Разлад и разрыв (Ефимов) - страница 13

Встречал он и скептическое отношение. Довлатов считал, что слава Соколова будет недолговечной. Безжалостный Вагрич Бахчанян придумал шутку: “Саша Соколов окончил Школу для дураков с золотой медалью”. Надо сказать, что и Бродский вскоре изменил свое отношение к прозе Соколова. В одном интервью 1991 года он рассказывает:

“Я отношусь к этому писателю чрезвычайно посредственно... Я до известной степени ответствен за его существование, потому что когда издательство, которое его напечатало, “Ардис” в Мичигане, только начинало существовать, в 1973 году, я приехал, выудил его рукопись из всего, что они тогда получали, и посоветовал издателю это напечатать, что и произошло... Первые страниц тридцать или сорок мне было просто приятно читать. Дальше это уже, в общем, ни в какие ворота. Так мне кажется. Это такая в высшей степени провинциальная отечественная идея современной прозы, и, разумеется, есть люди на которых это производит впечатление... Тот же самый результат и в “Между собакой и волком”, и в “Палисандрии”... Читать это в общем неохота. Я не люблю, когда автор навязывает себя”[15].
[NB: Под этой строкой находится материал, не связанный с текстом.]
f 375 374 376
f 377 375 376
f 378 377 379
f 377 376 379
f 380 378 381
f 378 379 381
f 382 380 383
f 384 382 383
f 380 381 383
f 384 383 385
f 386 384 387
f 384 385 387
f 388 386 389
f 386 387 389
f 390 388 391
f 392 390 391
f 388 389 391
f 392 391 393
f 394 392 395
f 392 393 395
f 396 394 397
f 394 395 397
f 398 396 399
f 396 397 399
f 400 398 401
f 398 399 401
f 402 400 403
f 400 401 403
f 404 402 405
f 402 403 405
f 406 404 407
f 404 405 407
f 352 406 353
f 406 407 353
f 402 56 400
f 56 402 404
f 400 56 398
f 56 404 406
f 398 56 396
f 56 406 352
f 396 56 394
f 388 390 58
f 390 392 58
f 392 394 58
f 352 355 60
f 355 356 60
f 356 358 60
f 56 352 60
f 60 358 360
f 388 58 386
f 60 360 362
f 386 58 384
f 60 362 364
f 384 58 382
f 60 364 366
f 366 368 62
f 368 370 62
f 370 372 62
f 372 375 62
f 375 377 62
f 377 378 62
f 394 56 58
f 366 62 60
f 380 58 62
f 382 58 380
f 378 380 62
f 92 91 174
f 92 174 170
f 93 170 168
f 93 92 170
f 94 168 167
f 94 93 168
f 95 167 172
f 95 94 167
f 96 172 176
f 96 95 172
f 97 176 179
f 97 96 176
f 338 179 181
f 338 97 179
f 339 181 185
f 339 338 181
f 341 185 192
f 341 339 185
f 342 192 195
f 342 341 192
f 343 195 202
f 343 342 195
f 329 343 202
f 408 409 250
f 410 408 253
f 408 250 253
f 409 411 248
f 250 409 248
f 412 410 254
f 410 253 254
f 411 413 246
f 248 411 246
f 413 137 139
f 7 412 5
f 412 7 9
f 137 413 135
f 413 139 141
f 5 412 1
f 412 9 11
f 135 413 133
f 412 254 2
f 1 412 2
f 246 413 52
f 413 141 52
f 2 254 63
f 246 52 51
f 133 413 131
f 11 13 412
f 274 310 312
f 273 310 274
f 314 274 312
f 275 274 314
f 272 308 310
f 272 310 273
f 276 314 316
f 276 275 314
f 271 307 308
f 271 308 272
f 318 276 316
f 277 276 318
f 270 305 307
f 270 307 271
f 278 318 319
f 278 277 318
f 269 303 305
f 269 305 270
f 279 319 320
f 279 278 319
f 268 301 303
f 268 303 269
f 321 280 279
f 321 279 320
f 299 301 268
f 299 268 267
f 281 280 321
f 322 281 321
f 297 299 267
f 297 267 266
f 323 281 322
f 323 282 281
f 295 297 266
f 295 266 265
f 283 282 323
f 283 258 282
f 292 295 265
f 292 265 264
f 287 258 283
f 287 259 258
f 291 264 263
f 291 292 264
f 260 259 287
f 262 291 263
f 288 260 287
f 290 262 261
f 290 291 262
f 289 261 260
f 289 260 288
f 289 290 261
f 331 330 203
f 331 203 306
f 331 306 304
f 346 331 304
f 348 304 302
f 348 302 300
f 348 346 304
Да и сам Проффер, кладя рукопись мне на стол, сознался, что не понял в ней ничего. Однако добавил, что отвергнуть новую книгу любимого писателя – об этом не может быть и речи.
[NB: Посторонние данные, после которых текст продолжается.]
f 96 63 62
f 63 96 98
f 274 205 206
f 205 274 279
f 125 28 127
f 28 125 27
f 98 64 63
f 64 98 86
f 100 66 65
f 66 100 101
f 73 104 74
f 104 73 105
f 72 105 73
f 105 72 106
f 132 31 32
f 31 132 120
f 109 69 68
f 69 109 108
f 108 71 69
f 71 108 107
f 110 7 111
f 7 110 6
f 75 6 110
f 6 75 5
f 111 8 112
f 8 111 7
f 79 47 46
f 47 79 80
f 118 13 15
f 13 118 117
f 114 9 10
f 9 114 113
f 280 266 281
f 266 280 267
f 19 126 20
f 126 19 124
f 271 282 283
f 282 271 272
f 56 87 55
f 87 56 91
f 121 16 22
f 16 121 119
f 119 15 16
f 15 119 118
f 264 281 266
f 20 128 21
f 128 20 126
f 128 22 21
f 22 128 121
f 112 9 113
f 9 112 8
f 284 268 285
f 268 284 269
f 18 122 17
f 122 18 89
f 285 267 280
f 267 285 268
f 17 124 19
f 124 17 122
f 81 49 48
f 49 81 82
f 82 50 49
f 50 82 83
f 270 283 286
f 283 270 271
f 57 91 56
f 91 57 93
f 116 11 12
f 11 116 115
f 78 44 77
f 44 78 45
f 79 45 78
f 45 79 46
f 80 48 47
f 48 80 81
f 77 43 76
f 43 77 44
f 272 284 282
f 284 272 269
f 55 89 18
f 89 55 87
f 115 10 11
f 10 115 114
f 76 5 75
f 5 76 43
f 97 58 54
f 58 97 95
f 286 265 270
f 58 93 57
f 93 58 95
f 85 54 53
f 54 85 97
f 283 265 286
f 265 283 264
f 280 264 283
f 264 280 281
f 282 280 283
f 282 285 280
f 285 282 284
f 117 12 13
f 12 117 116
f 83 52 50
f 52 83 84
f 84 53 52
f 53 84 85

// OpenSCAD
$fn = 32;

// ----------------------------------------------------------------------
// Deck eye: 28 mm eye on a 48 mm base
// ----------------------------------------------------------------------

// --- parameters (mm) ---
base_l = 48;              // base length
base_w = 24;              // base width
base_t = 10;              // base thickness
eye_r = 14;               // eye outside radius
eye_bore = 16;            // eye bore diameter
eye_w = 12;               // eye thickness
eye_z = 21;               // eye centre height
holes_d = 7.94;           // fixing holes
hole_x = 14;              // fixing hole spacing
Чем дальше я вчитывался в этот текст, тем больше я впадал в тоску и растерянность. Сказать: “Вы знаете, это для меня эстетически неприемлемо” — было бы смешно, недопустимо, звучало бы просто наглостью. Тем более людям, которым я стольким обязан, которые так помогли мне и моей семье. Ты служащий, тебе платят деньги — вот и выполняй работу, которая тебе поручена.

Я мучился ужасно. Две недели ходил больной. Марина в те недели еще не овладела новым композером, не могла сделать работу за меня. Не то чтобы я ставил владельцев в безвыходную ситуацию. Часть русского набора все равно отдавалась другой фирме, так что речь шла в конечном итоге о перераспределении работы. Но я понимал, что о таком не просят. Однако снова и снова всплывала горькая мысль: вот я уехал на пятом десятке из своей страны, где говорят, пишут и читают на моем родном языке, уехал только для того, чтобы не участвовать в том, что мне глубоко чуждо. И оказался в ситуации, когда я своими руками должен принимать участие в том, что для меня эстетически мучительно.

В конце концов я упал Профферам в ноги. Просил поручить набор другой фирме. Обещал искупить свою вину какими-нибудь сверхурочными трудами. Они помрачнели, как и следовало ожидать. Тут все сходилось: и то, что он себе такое позволяет, и то, что он смеет отвергать нашего любимого писателя и друга. Этому объяснения нет, прощения нет! Думаю, это был переломный момент, после которого отношение Карла ко мне резко изменилось.